In older deteriorated
pipe systems, a cured-in-place-plastic (CIPP) liner can be installed to circumvent
pipe replacement. If the pipe is below the groundwater table, the liner can
experience external pressures from water that enters through holes and cracks
in the host pipe. If the pressure is high enough, the liner can fail prematurely
through buckling. The liner’s collapse resistance is also further reduced
if the host pipe contains defects, causing buckling failure to occur at an
even lower external pressure. Such defects include longitudinal intrusions
(dents), liner-to-pipe gap, pipe ovality, and others.
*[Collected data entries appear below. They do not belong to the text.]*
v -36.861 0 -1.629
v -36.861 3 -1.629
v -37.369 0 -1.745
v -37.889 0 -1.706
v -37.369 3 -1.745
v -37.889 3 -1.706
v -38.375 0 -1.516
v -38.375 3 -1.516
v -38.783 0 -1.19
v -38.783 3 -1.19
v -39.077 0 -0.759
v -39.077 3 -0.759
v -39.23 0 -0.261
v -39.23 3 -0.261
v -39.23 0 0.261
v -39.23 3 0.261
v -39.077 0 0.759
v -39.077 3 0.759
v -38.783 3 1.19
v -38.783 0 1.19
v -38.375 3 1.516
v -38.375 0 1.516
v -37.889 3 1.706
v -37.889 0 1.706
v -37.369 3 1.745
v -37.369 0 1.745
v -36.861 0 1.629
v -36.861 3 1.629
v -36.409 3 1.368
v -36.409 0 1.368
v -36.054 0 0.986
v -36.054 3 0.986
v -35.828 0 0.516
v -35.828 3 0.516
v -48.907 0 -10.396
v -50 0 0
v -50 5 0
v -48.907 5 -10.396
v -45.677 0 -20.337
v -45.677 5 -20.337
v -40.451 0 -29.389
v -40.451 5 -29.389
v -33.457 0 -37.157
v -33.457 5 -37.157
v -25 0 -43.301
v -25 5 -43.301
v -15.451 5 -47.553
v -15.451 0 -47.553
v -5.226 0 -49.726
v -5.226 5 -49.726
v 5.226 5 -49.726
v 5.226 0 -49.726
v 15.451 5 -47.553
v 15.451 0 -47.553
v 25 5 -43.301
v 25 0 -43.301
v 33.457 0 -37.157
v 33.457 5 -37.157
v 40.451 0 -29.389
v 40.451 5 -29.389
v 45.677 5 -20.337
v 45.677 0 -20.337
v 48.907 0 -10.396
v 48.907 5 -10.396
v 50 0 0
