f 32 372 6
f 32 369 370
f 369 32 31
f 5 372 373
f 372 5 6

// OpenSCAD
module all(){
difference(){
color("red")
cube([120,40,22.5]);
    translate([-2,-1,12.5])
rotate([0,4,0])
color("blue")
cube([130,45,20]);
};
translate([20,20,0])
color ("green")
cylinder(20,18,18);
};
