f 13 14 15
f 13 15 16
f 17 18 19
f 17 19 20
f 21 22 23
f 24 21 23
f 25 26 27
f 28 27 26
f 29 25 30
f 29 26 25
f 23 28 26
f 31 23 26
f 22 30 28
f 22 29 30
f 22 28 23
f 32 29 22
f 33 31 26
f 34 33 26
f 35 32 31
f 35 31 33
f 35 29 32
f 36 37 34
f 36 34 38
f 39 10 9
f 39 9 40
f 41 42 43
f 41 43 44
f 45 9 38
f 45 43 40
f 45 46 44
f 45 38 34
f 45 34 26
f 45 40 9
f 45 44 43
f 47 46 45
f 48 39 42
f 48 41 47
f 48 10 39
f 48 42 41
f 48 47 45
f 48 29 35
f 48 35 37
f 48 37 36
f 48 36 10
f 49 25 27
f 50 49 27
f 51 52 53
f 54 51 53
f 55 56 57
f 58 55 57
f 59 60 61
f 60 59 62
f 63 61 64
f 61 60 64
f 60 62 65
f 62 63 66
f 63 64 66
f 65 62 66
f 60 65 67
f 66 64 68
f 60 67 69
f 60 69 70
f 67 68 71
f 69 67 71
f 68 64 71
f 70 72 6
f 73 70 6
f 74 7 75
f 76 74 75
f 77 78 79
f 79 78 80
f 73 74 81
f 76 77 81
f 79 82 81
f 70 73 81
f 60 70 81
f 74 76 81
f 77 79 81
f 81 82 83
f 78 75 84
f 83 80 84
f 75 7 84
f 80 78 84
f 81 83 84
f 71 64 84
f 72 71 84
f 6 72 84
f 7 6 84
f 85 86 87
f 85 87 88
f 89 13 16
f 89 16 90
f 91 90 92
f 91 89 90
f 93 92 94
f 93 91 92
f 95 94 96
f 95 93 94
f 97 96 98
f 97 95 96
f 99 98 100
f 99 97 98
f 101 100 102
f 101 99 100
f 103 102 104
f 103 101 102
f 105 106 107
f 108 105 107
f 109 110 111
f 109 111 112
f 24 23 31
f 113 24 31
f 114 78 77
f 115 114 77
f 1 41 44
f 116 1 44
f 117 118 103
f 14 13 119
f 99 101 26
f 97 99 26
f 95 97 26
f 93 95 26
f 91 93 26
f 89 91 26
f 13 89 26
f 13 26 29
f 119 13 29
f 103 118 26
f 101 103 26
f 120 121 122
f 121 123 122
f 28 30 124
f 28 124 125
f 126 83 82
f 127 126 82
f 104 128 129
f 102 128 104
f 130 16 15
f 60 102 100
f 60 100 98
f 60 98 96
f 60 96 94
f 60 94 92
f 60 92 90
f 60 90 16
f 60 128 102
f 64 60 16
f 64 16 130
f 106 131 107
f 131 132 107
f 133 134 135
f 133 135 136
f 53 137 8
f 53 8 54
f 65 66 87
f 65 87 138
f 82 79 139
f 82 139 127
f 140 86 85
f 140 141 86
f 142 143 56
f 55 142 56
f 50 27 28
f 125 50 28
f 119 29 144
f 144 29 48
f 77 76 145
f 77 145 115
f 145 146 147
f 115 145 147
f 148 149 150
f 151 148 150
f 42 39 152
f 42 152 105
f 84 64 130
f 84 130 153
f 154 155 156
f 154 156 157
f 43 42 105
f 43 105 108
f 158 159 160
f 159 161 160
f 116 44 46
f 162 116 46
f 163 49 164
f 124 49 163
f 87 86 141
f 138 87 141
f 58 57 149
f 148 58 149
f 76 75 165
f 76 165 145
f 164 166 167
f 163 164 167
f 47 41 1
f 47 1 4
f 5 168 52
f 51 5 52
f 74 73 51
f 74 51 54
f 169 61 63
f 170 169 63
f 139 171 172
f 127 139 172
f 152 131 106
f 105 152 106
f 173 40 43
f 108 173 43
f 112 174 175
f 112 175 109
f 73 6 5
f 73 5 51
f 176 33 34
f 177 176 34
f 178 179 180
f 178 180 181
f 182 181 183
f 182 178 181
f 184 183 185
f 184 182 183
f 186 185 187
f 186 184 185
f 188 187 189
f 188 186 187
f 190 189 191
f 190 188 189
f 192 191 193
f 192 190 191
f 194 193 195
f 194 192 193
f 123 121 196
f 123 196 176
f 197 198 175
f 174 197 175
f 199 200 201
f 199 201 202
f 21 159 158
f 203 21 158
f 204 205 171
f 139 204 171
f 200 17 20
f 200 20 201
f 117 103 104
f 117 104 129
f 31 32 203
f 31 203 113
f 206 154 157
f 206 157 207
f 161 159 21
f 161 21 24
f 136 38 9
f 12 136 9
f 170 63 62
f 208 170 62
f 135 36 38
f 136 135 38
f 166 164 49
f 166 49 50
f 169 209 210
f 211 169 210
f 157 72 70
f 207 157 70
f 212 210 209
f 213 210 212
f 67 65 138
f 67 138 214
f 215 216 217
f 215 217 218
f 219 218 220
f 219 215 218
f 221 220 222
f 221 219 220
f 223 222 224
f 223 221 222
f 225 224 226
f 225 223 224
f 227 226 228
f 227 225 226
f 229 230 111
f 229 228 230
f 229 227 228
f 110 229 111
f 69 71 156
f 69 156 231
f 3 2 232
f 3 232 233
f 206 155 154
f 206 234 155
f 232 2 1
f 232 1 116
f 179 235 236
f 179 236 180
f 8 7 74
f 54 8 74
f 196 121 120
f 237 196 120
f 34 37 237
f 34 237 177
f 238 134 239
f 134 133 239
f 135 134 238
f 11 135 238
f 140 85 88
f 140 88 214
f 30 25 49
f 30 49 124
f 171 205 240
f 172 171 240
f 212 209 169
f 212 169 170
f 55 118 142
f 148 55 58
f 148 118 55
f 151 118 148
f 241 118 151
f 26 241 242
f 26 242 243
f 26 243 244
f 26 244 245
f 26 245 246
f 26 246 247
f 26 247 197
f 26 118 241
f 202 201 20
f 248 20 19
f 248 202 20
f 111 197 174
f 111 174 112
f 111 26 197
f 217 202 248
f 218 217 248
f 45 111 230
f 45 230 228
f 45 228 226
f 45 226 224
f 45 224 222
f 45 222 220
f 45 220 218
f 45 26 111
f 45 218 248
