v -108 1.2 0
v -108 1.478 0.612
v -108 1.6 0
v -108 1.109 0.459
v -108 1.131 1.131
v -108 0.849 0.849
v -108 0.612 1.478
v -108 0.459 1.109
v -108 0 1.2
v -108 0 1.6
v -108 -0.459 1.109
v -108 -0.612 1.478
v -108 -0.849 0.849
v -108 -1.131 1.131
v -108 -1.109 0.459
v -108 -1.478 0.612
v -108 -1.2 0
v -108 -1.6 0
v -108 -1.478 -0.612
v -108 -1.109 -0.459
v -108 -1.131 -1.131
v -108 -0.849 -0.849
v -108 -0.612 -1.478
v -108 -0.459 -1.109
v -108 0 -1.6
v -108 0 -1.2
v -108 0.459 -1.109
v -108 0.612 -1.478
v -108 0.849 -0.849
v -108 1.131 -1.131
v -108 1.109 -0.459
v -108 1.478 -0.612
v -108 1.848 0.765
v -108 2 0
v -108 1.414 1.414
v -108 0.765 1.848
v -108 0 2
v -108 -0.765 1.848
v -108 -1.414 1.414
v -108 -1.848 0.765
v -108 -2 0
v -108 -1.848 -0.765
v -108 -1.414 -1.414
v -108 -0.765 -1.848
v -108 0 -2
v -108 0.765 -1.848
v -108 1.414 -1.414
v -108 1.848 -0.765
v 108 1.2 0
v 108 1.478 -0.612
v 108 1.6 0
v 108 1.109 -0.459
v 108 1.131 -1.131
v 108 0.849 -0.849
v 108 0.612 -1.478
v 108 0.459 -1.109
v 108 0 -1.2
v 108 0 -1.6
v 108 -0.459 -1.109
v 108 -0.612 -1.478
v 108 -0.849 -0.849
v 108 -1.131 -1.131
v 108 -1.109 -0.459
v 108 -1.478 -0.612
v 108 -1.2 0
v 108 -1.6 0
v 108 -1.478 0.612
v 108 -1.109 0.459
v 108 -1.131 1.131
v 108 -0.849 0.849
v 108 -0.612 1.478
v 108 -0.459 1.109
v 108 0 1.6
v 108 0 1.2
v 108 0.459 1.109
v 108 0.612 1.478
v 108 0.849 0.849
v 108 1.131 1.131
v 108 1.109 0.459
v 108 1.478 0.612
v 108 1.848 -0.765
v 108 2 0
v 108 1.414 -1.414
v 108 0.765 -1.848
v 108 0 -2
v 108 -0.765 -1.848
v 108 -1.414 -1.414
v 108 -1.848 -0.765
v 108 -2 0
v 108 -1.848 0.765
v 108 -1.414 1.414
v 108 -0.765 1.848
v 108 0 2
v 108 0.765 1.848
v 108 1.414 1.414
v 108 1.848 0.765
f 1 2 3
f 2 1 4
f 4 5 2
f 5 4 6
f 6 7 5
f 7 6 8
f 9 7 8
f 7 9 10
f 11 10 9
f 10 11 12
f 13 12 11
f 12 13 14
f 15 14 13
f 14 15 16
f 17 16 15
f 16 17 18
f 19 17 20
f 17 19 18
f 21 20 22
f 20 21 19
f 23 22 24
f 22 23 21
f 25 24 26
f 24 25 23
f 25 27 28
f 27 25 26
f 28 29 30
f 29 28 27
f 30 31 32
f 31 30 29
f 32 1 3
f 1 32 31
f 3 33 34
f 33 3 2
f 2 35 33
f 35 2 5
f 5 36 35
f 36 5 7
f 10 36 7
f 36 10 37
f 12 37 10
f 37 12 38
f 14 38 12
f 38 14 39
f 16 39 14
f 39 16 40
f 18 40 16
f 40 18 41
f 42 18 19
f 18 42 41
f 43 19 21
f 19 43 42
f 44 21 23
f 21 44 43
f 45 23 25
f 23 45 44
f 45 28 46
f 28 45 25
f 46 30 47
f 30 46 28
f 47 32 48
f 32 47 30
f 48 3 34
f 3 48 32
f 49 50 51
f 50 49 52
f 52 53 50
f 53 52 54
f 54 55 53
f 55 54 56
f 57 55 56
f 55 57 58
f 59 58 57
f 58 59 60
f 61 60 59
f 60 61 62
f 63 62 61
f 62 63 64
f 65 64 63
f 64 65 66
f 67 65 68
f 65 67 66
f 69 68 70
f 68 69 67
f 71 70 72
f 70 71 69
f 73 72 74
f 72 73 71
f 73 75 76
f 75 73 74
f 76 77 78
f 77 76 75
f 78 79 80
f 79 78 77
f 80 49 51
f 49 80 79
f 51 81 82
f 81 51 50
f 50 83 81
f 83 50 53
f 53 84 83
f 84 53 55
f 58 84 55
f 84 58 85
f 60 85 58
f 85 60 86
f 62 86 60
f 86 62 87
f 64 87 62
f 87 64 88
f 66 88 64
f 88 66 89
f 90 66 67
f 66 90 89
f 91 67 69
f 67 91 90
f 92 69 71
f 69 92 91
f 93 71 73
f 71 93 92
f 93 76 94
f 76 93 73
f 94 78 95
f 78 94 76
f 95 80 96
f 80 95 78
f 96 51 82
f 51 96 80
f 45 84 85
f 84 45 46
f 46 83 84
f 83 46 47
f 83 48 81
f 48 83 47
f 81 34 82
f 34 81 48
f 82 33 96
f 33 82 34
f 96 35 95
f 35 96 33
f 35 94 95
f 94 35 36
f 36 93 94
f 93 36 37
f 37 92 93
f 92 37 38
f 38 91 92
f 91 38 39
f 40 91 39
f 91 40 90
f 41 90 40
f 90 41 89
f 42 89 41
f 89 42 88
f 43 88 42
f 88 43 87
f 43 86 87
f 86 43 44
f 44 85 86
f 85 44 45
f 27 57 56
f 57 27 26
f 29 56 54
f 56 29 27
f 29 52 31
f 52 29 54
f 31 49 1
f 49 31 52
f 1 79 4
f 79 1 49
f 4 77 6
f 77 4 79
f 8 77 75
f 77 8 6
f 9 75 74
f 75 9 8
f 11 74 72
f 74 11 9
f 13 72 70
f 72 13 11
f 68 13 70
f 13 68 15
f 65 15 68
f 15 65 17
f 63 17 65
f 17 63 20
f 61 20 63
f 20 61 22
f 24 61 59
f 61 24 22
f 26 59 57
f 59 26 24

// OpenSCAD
// file: ../p/4-4cyli.scad
use <../lib.scad>
function ldraw_lib__4_4cyli() = [
// 0 Cylinder 1.0
// 0 Name: 4-4cyli.dat
// 0 Author: James Jessiman
// 0 !LDRAW_ORG Primitive UPDATE 2005-01
// 0 !LICENSE Licensed under CC BY 2.0 and CC BY 4.0 : see CAreadme.txt
// 
// 0 BFC CERTIFY CCW
  [0,"BFC","CERTIFY"],
  [0,"BFC","CCW"],
// 
// 0 !HISTORY 1998-12-15 [PTadmin] Official Update 1998-10
// 0 !HISTORY 2002-03-23 [sbliss] Added BFC statement; merged headers from files in distributions LDraw 0.27 and Complete.
// 0 !HISTORY 2002-04-25 [PTadmin] Official Update 2002-02
// 0 !HISTORY 2004-12-14 [guyvivan] BFC CCW
// 0 !HISTORY 2005-12-28 [PTadmin] Official Update 2005-01
// 0 !HISTORY 2007-06-24 [PTadmin] Header formatted for Contributor Agreement
// 0 !HISTORY 2008-07-01 [PTadmin] Official Update 2008-01
// 
// 
// 4 16 1 1 0 0.9239 1 0.3827 0.9239 0 0.3827 1 0 0
  [4,16,1,1,0,0.9239,1,0.3827,0.9239,0,0.3827,1,0,0],
// 5 24 1 0 0 1 1 0 0.9239 0 0.3827 0.9239 0 -0.3827
  [5,24,1,0,0,1,1,0,0.9239,0,0.3827,0.9239,0,-0.3827],
// 4 16 0.9239 1 0.3827 0.7071 1 0.7071 0.7071 0 0.7071 0.9239 0 0.3827
  [4,16,0.9239,1,0.3827,0.7071,1,0.7071,0.7071,0,0.7071,0.9239,0,0.3827],
// 5 24 0.9239 0 0.3827 0.9239 1 0.3827 0.7071 0 0.7071 1 0 0
  [5,24,0.9239,0,0.3827,0.9239,1,0.3827,0.7071,0,0.7071,1,0,0],
// 4 16 0.7071 1 0.7071 0.3827 1 0.9239 0.3827 0 0.9239 0.7071 0 0.7071
  [4,16,0.7071,1,0.7071,0.3827,1,0.9239,0.3827,0,0.9239,0.7071,0,0.7071],
// 5 24 0.7071 0 0.7071 0.7071 1 0.7071 0.3827 0 0.9239 0.9239 0 0.3827
  [5,24,0.7071,0,0.7071,0.7071,1,0.7071,0.3827,0,0.9239,0.9239,0,0.3827],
The objective of this master’s degree research is to develop a
3-Dimensional Finite Element model that determines the buckling pressure
of the thin-walled pipe liners that are installed in host pipes with longitudinal
intrusion defects. In the I-DEAS FEA package, a 12” pipe
with a liner thickness of 0.24” is being modeled. These values provide a
pipe diameter to liner thickness (DR) ratio of 50. The model also includes
a pipe ovality of 3% as well as a liner-to-pipe gap of 0.4%. The 3 values
of 2.25%, 4.5%, and 6.0% will be used for the longitudinal intrusion (defect
depth) variable. The 3 values of 0.05, 0.10, and 0.15 will be used for the
defect wavelength ratio (defect angle) variable. For each case, the defect
length will be varied from a lower bound (point defect) to an upper bound
(infinite defect length), and the model’s resulting buckling pressures will
be used to calculate a ratio of a defect liner buckling pressure to a perfect
liner buckling pressure. For an infinite defect length, the buckling pressure
results should converge on the solutions of the 2-Dimensional model of Zhu
and Hall.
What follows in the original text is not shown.